Sunday 12 June 2011

Why we shouldn't follow America's lead, as far as "justice" is concerned

A series of pieces in the media have focussed my attention in recent weeks on the shockingly high proportion of US citizens who are incarcerated. It started with an article in The Economist about high rates of repeat offending:

“One in every 100 American adults is in prison or jail, one in 31 is under correctional supervision – and after their release, most will find themselves back behind bars. According to a new Pew report, 43% of American offenders are returned to their state prison within three years of their release.”

The article goes on to describe a number of programmes which are having varying degrees of success at cutting re-offending rates. It also points out the enormous cost of the prison and jail system - $60 billion per year: “a year’s stay at a state prison costs about $45,000 – Harvard would be cheaper.”

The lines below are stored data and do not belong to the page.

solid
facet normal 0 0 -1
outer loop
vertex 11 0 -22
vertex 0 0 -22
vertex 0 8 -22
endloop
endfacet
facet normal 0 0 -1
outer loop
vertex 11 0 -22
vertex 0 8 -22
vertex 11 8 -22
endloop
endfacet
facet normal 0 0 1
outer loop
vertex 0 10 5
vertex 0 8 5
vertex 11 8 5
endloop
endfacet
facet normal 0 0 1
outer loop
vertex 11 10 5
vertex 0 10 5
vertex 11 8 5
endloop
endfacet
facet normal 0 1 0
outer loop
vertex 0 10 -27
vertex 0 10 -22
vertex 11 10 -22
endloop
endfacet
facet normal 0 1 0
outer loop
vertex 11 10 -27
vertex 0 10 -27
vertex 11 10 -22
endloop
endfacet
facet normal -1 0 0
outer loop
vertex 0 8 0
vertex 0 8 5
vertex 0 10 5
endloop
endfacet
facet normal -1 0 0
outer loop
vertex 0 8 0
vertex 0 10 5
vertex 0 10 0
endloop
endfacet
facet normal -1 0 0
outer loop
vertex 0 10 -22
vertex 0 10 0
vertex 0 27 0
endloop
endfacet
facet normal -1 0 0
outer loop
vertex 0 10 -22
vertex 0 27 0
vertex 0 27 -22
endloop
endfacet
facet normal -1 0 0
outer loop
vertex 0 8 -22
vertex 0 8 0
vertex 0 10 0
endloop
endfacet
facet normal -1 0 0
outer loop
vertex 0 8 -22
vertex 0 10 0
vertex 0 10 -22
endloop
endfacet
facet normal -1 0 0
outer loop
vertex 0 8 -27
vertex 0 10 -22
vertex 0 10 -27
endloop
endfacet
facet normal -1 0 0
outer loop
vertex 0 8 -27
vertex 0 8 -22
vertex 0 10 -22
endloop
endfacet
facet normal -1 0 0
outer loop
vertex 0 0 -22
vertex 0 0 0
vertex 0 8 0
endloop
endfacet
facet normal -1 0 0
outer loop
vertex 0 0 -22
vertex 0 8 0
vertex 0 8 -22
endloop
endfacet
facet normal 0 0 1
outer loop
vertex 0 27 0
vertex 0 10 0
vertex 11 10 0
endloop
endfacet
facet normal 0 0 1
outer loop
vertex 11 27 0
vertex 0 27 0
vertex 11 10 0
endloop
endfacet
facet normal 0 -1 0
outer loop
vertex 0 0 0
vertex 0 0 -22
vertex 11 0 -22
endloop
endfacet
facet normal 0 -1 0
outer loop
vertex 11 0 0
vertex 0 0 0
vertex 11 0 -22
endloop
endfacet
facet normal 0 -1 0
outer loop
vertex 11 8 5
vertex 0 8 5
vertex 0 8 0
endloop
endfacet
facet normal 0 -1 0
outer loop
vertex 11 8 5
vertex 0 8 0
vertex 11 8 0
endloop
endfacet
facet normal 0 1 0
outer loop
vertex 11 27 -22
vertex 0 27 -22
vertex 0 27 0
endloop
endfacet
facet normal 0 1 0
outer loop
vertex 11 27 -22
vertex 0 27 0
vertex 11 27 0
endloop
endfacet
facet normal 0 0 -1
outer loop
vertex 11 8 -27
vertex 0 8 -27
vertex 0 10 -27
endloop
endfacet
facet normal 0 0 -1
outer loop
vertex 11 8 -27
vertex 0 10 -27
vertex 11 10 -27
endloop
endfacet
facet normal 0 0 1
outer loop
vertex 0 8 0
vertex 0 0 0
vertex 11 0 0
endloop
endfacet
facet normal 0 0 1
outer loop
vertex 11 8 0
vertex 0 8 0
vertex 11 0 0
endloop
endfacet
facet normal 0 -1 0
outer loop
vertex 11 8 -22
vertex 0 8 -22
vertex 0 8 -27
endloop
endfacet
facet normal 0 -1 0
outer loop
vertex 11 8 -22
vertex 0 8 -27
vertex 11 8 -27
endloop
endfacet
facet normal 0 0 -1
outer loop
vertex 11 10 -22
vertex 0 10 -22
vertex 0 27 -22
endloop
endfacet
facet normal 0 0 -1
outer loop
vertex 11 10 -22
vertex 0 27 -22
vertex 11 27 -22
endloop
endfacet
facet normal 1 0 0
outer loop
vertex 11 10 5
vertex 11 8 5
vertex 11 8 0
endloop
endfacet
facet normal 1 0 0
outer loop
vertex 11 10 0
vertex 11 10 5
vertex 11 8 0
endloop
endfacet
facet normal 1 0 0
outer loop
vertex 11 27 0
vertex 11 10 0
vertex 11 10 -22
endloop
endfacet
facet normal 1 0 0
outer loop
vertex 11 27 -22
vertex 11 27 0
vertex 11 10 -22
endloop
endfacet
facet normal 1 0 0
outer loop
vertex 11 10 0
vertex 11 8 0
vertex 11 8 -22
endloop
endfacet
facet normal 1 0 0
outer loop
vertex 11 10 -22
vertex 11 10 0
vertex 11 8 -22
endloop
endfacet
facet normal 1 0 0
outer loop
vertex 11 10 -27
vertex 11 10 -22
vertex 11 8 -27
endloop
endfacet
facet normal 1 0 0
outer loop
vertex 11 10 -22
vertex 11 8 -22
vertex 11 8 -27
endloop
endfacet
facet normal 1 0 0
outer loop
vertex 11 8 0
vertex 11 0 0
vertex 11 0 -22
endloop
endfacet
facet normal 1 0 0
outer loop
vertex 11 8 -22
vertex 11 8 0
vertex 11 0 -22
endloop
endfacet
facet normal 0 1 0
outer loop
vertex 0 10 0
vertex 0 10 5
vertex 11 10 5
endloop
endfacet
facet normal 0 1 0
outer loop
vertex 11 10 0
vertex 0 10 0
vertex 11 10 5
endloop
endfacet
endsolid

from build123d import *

# Parameters (mm, degrees)
SKETCH1_W           = 11
SKETCH1_H           = 22
BOSS_EXTRUDE1_DEPTH = 27
BOSS_EXTRUDE2_START = -8
SKETCH2_W           = 11
SKETCH2_H           = 5
BOSS_EXTRUDE2_DEPTH = 2


with BuildPart() as part:
    # Sketch1 → Boss-Extrude1 (new body)
    with BuildSketch(Plane(origin=(0, 0, 0), x_dir=(1, 0, 0), z_dir=(0, 1, 0))):
        with Locations((5.5, 11)):
            Rectangle(SKETCH1_W, SKETCH1_H)
    extrude(amount=BOSS_EXTRUDE1_DEPTH)

    # Sketch2 → Boss-Extrude2 (add)
    with BuildSketch(Plane.XZ.offset(BOSS_EXTRUDE2_START)):
        with Locations((5.5, 2.5)):
            Rectangle(SKETCH2_W, SKETCH2_H)
        with Locations((5.5, -24.5)):
            Rectangle(SKETCH2_W, SKETCH2_H)
    extrude(amount=-BOSS_EXTRUDE2_DEPTH)


solid = part.part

A few weeks later I noticed this fascinating documentary by Louis Theroux, in which he visits Miami’s biggest jail and interviews several of the inmates. This is the establishment where alleged criminals are held prior to trial, so from a legal standpoint every inmate is innocent (until proven otherwise). Nevertheless they are subject to abysmal living conditions with twenty people to a cell, and a brutal dog-eat-dog culture where beatings are an everyday occurrence. Those convicted then face a further stint in prison. Given the casual aggression which is part of the daily life in jail, it is easy to see why parolees trying to re-enter society have trouble fitting in.

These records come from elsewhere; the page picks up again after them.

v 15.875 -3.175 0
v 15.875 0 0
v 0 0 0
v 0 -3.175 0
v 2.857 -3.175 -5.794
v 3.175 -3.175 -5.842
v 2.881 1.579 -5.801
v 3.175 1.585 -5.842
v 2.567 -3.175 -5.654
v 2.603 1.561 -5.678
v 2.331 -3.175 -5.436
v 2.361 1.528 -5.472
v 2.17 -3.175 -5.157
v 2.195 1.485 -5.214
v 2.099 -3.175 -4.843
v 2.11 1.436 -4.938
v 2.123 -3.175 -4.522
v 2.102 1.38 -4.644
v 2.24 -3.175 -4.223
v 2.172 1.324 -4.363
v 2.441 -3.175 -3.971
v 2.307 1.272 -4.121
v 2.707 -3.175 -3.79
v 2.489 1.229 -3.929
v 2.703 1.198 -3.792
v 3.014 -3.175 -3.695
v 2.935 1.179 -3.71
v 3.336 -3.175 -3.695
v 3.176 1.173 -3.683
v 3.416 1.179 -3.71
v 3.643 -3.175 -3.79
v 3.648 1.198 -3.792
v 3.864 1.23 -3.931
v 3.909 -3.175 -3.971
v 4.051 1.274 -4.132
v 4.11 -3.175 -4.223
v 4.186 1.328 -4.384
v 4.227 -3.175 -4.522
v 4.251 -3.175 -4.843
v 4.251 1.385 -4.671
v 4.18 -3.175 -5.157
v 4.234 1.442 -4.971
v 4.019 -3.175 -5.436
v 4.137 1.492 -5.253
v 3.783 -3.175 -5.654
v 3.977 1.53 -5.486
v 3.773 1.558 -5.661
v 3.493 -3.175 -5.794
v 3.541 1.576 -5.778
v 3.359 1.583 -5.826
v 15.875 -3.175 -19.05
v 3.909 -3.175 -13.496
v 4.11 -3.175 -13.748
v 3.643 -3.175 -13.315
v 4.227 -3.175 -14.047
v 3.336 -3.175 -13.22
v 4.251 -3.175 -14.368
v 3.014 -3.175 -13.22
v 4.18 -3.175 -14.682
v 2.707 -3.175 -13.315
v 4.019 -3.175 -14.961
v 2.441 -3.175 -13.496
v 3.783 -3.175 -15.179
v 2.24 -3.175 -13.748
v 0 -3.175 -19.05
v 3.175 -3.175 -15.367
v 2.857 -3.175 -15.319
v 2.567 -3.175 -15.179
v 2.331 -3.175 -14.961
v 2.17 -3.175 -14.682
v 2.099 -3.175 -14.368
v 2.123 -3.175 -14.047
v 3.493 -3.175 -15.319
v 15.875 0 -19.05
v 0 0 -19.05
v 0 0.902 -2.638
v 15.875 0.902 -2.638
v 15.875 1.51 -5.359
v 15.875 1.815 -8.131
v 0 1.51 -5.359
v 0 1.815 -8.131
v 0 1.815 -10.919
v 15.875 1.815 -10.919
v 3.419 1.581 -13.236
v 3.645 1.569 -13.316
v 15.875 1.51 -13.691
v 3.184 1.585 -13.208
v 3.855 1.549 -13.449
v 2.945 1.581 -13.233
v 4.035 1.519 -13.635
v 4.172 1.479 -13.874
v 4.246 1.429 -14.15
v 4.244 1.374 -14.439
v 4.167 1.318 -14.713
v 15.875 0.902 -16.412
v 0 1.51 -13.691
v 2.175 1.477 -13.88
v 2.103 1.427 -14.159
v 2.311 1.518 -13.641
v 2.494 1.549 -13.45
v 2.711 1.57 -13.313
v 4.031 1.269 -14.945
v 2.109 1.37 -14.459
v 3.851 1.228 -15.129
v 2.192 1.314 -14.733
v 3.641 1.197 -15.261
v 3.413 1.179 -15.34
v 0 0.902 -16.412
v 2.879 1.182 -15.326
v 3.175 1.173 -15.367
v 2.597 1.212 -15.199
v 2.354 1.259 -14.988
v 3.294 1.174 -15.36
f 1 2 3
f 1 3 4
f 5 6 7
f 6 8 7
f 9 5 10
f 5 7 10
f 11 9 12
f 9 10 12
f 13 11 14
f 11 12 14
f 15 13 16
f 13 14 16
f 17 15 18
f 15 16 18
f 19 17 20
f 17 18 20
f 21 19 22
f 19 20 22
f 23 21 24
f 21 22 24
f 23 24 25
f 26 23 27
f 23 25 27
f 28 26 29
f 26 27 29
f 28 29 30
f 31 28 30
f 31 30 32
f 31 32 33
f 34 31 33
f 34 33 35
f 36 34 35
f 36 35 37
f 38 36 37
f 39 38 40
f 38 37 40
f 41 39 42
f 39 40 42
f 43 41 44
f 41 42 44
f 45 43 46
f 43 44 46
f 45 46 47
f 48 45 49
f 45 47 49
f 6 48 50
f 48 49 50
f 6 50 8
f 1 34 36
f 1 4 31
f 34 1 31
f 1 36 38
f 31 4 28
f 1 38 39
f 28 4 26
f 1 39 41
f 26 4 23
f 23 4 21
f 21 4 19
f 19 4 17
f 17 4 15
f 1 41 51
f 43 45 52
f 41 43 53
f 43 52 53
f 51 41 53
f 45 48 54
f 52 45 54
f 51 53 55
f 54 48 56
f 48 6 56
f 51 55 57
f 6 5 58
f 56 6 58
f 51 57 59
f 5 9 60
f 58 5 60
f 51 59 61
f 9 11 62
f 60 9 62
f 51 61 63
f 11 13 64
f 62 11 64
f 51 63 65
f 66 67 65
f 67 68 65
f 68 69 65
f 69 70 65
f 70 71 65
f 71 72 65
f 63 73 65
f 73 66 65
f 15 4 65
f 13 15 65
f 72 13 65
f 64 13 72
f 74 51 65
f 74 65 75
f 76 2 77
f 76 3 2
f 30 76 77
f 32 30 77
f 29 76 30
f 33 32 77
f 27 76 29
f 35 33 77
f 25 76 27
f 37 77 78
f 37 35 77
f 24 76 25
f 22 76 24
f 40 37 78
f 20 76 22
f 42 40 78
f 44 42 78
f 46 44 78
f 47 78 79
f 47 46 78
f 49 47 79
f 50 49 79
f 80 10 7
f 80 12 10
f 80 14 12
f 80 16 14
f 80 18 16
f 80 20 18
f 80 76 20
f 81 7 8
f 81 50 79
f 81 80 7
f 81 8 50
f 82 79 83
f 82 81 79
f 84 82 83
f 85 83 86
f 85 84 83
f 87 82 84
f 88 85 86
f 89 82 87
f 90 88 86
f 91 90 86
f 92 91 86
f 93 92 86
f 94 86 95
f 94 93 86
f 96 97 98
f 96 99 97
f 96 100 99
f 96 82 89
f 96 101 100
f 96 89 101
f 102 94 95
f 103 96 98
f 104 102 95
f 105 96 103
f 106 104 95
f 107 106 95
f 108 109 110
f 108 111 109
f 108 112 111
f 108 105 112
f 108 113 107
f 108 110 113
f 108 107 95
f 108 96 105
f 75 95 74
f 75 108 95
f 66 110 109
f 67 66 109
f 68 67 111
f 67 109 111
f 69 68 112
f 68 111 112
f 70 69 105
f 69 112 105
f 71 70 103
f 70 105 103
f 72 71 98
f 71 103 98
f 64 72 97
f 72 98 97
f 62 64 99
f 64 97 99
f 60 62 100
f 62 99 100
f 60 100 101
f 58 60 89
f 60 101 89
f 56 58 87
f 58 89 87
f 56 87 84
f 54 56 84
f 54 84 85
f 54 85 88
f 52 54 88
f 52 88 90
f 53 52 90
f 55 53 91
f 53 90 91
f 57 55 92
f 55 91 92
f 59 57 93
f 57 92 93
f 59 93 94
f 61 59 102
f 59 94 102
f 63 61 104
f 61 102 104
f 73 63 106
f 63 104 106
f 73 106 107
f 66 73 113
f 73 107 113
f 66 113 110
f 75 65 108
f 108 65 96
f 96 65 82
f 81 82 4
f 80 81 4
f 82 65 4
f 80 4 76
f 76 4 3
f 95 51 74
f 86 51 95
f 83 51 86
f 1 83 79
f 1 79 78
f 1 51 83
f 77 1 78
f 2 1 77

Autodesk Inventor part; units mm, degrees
ref_plane "YZ Plane" through (0, 0, 0) normal (1, 0, 0) x (0, 1, 0)
ref_plane "XZ Plane" through (0, 0, 0) normal (0, 1, 0) x (-1, 0, 0)
ref_plane "XY Plane" through (0, 0, 0) normal (0, 0, 1) x (1, 0, 0)
sketch "Sketch1" plane through (0, 0, 0) normal (1, 0, 0) x (0, 1, 0)
  line L0 (0, 0) -> (-3.175, 0)
  line L1 (-3.175, 0) -> (-3.175, -19.05)
  line L2 (-3.175, -19.05) -> (0, -19.05)
  arc A0 (0, -19.05) -> (0, 0) centre (-23.5464, -9.525) ccw
  dimension "d4" = 3.175
  dimension "d6" = 25.4
  dimension "d7" = 19.05
  dimension "d23" = 3.175
extrude "Extrusion1" add sketch "Sketch1" along normal blind 15.875
sketch "Sketch2" plane through (0, -3.175, -19.05) normal (0, -1, 0) x (1, 0, 0)
  line L0 (0, 19.05) -> (0, 0) projected
  line L1 (0, 0) -> (15.875, 0) projected
  line L2 (15.875, 19.05) -> (15.875, 0) projected
  line L3 (0, 19.05) -> (15.875, 19.05) projected
  point P0 (3.175, 14.2875)
  point P1 (3.175, 4.7625)
  dimension "d10" = 15.875
  dimension "d13" = 9.525
  dimension "d14" = 19.05
  dimension "d15" = 4.7625
  dimension "d24" = 3.175
  dimension "d25" = 3.175
hole "Hole1" at (3.175, -3.175, -4.7625) at (3.175, -3.175, -14.2875) direction (0, 1, 0) diameter 2.159 depth 6.35 tip angle 118
equation "\"d23\" = d4"
equation "\"d15\" = -0.5 * d13 + 0.5 * d14"
equation "\"d25\" = d24"
properties part number "TensionerPusher3" material "ABS Plastic"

Another facet of the ‘prison dilemma’ was described in a cover article in last weekend’s Financial Times. Economist Martin Wolf wrote about a new report by the Global Commission on Drug Policy which calls for an end to the escalating, destructive war of drugs and adoption of a policy of treatment rather than criminalisation.

“The policy on which the world has engaged for decades, at the behest of the US, is a disaster. While failing to reduce the ills of drug use at which it is addressed, [the ‘war on drugs’] has created massive collateral damage: the spread of avoidable diseases; use of drugs in dangerous forms; mass criminalisation and incarceration; a gigantic waste of public resources; corruption; creation of a cross-border network of organised crime; and the subversion of states.”

Prohibition, he points out, simply doesn’t work: where there is demand, there will be supply, and waging a war against the supply chain is pointless when the root of the problem is in your own back-yard.

Clearly something is amiss with the American system of so-called justice. As Martin Wolf, Louis Theroux and the Economist make clear, the system which the US has constructed is not one which the rest of the world ought to imitate. And it is one that, over time, most Americans will surely realise is economically and socially unsustainable.